I shuddered when I realized how much I’d wanted to do just that. How bad could it be, really? To just shuck this mortal coil and all the day-to-day problems and embrace oblivion?
But that sort of thing scared me—so much so I tried never to leave my body when I was angry. It was too much like running away. And what if someday my body didn’t let me back in?
“Zoë?” Nona reached across the table and touched my bandaged wrist. I winced—not that her touch hurt—but it abruptly reminded me of the thing’s mark on me. I hadn’t realized I’d zoned out while caught in the memory.
I blinked at her. “Yeah Mom?”
“You okay? You wer
e looking into space—and your expression went completely blank. Like there was no one home.”
I set my knife and biscuit back on my plate. My stomach twisted again, and I wanted to throw up.

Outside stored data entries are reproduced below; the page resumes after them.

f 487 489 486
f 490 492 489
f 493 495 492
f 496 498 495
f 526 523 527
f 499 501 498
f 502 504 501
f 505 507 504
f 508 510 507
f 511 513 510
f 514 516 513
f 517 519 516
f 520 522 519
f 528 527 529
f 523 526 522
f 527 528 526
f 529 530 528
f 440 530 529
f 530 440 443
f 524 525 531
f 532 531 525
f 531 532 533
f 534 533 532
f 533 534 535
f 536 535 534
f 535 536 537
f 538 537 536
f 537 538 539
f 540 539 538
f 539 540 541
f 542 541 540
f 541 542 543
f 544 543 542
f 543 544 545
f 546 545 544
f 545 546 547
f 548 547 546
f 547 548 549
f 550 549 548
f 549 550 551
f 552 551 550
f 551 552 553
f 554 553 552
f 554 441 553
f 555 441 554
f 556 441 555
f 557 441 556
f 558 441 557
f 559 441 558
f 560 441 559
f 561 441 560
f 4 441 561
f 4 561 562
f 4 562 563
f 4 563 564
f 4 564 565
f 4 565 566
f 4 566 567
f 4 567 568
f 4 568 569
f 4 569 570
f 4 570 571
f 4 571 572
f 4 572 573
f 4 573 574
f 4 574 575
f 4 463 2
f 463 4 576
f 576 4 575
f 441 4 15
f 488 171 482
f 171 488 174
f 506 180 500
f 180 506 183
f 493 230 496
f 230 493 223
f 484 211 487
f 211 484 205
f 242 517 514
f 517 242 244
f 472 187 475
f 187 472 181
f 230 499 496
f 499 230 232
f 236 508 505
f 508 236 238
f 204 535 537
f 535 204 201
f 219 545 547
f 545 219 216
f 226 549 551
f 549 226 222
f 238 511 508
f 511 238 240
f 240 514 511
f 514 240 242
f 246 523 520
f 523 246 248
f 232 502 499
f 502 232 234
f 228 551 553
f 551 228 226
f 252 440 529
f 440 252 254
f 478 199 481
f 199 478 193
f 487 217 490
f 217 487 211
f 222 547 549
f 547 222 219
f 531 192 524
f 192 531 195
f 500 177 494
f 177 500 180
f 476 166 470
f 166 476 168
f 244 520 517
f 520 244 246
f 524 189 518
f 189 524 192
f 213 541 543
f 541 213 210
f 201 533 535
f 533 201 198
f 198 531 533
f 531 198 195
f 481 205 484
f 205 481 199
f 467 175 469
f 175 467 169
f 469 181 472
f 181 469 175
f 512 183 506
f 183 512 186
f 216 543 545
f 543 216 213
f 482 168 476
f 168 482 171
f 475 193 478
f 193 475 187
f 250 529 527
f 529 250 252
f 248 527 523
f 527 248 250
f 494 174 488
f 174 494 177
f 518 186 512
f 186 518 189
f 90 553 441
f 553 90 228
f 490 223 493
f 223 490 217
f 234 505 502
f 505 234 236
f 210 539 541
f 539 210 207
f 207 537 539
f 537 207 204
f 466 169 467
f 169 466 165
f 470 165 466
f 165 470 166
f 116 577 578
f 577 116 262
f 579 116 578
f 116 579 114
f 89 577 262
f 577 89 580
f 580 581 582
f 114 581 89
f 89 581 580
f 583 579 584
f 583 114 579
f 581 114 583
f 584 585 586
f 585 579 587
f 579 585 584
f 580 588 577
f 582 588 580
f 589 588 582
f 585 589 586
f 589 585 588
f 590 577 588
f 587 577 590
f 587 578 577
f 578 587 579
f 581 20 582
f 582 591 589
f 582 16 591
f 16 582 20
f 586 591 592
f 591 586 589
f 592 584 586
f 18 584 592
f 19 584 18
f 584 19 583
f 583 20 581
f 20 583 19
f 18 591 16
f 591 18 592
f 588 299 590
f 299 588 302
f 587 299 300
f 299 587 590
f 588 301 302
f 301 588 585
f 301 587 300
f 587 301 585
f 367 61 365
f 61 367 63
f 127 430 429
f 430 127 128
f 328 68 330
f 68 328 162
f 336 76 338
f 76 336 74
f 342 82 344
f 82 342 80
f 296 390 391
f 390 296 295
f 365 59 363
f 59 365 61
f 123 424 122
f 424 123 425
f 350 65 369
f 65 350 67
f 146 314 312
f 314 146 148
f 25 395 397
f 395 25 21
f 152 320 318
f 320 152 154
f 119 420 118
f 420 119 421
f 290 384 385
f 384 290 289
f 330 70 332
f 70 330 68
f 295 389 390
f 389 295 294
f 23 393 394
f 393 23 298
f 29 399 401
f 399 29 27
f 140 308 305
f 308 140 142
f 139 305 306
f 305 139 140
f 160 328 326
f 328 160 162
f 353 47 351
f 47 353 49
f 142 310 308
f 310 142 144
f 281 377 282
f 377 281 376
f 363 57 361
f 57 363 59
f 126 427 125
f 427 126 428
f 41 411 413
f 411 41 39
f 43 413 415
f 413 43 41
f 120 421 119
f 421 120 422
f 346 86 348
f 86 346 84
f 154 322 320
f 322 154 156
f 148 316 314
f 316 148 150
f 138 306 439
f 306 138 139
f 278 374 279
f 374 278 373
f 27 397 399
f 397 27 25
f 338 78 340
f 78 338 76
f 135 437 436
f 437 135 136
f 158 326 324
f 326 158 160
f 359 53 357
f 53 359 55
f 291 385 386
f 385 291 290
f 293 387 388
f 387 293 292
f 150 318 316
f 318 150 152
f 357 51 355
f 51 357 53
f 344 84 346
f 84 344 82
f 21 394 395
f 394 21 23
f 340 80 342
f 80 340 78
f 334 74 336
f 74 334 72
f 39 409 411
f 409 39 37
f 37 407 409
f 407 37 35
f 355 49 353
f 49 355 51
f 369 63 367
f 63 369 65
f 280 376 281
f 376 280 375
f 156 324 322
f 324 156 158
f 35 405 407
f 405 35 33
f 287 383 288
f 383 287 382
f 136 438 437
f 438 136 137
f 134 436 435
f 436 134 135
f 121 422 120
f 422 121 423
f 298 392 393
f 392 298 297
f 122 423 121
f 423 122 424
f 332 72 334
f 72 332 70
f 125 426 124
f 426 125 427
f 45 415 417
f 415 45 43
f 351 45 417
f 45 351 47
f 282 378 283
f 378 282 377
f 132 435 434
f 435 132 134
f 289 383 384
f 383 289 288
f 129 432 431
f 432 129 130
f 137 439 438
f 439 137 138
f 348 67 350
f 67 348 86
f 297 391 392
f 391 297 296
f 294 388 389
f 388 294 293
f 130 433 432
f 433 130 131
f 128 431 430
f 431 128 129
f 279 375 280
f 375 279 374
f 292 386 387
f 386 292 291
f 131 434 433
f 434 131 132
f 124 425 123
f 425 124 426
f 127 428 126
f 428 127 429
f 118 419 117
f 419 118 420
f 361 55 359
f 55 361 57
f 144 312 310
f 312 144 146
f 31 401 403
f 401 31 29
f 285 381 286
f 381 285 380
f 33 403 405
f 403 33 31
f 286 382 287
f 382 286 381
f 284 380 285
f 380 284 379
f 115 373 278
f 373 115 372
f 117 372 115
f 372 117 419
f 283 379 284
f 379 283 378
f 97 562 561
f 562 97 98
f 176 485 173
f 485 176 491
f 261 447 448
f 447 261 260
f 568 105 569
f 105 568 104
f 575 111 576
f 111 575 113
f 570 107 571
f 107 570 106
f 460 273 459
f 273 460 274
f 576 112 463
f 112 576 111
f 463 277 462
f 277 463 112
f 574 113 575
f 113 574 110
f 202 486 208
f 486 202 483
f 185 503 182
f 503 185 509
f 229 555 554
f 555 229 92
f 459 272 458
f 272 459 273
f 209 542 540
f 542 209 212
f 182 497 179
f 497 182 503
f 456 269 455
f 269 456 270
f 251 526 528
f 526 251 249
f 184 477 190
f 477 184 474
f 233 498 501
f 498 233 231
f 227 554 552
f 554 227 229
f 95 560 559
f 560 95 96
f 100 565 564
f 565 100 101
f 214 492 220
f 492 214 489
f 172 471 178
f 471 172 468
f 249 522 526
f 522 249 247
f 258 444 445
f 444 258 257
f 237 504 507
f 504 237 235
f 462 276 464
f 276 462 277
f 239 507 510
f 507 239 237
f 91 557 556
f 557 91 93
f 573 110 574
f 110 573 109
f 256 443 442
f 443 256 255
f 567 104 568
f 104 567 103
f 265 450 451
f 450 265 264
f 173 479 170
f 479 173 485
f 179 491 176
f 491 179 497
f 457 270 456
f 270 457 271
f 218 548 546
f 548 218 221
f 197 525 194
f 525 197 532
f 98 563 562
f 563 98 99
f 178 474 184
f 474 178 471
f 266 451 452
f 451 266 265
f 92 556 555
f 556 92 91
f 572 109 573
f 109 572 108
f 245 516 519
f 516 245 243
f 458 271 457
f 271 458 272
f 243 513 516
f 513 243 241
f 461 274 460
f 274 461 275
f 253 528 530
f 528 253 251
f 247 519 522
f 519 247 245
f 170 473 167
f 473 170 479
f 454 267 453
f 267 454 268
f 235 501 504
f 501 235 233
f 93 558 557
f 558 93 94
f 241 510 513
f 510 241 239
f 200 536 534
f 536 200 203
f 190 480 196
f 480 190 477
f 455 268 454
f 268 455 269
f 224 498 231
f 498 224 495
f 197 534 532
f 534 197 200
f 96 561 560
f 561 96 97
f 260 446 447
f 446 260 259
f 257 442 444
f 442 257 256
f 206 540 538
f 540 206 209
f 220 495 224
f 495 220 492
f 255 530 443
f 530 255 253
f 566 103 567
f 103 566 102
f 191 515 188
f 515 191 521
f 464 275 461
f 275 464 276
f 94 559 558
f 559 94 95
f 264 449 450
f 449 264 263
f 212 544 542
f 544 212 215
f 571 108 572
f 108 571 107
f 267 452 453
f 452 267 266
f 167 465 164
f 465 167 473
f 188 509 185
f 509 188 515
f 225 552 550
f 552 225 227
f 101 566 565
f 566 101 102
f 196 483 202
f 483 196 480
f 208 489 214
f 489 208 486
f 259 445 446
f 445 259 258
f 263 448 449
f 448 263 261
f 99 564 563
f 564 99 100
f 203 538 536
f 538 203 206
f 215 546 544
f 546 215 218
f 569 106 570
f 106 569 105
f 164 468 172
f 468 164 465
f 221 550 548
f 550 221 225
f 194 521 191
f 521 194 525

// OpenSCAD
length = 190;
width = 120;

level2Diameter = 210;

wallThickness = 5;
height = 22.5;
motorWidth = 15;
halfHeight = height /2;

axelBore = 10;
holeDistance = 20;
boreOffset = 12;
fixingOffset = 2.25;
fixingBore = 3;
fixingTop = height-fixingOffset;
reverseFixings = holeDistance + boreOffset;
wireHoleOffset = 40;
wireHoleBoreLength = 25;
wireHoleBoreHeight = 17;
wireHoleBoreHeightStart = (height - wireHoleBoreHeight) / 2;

I hadn’t told anyone that I’d gotten caught in Trench-Coat’s snatching-beam.
And I really didn’t want to talk about it now. I was almost embarrassed that I’d let that thing get the better of me. And that I was mortally terrified of it.
“Zoë—what’s wrong? Is your arm hurting you? Maybe I should call the doctor. I can take you there myself.”
Ack. No.
“So what’s in the big book, Rhonda?” Tim rested both his elbows on the table as Rhonda started moving things around on the table to make room for the book.
I glanced at Tim, who gave me an almost imperceptible wink. As always, he’d known I wasn’t in the mood to talk with Mom and had shifted the subject. Gotta love the wee guy.
I looked over at Rhonda, happy the attention moved away from me. She’d set the bulky thing on the table, shoving her plate and delicate teacup to the table’s center. She thumbed to the right, then back to the left in an active search pattern. “I can’t find it. But it was a great thing about the bogeyman and the Abysmal plane.”
Bogey who and the abysmal what?
“I’m not sure it was the boogeyman, Rhonda,” Steve said. “That thing carries away disobedient children.”
She didn’t glance up but her ruby red painted mouth worked into a smile. Creepy. “Bo-gee-man. Not boo-gee. And you’re right, but in that reference I remember seeing something about Symbionts and souls. And—bogeymen and Symbionts seem to appear in most cultures. The bogeyman is synonymous with soul stealing.”
“Synonymous,” Tim said. “That’s a big word. You’re doing great with your big words, Rhonda.”
“Can it, squirt.”
This was a great description of Tim. Squirt. Small. Delicate. Boney. Rhonda, who was not much more than skin and bones at odd angles herself, looked huge compared to his daintiness.
The interchange was also a nice example of their relationship. Tolerant—on good days.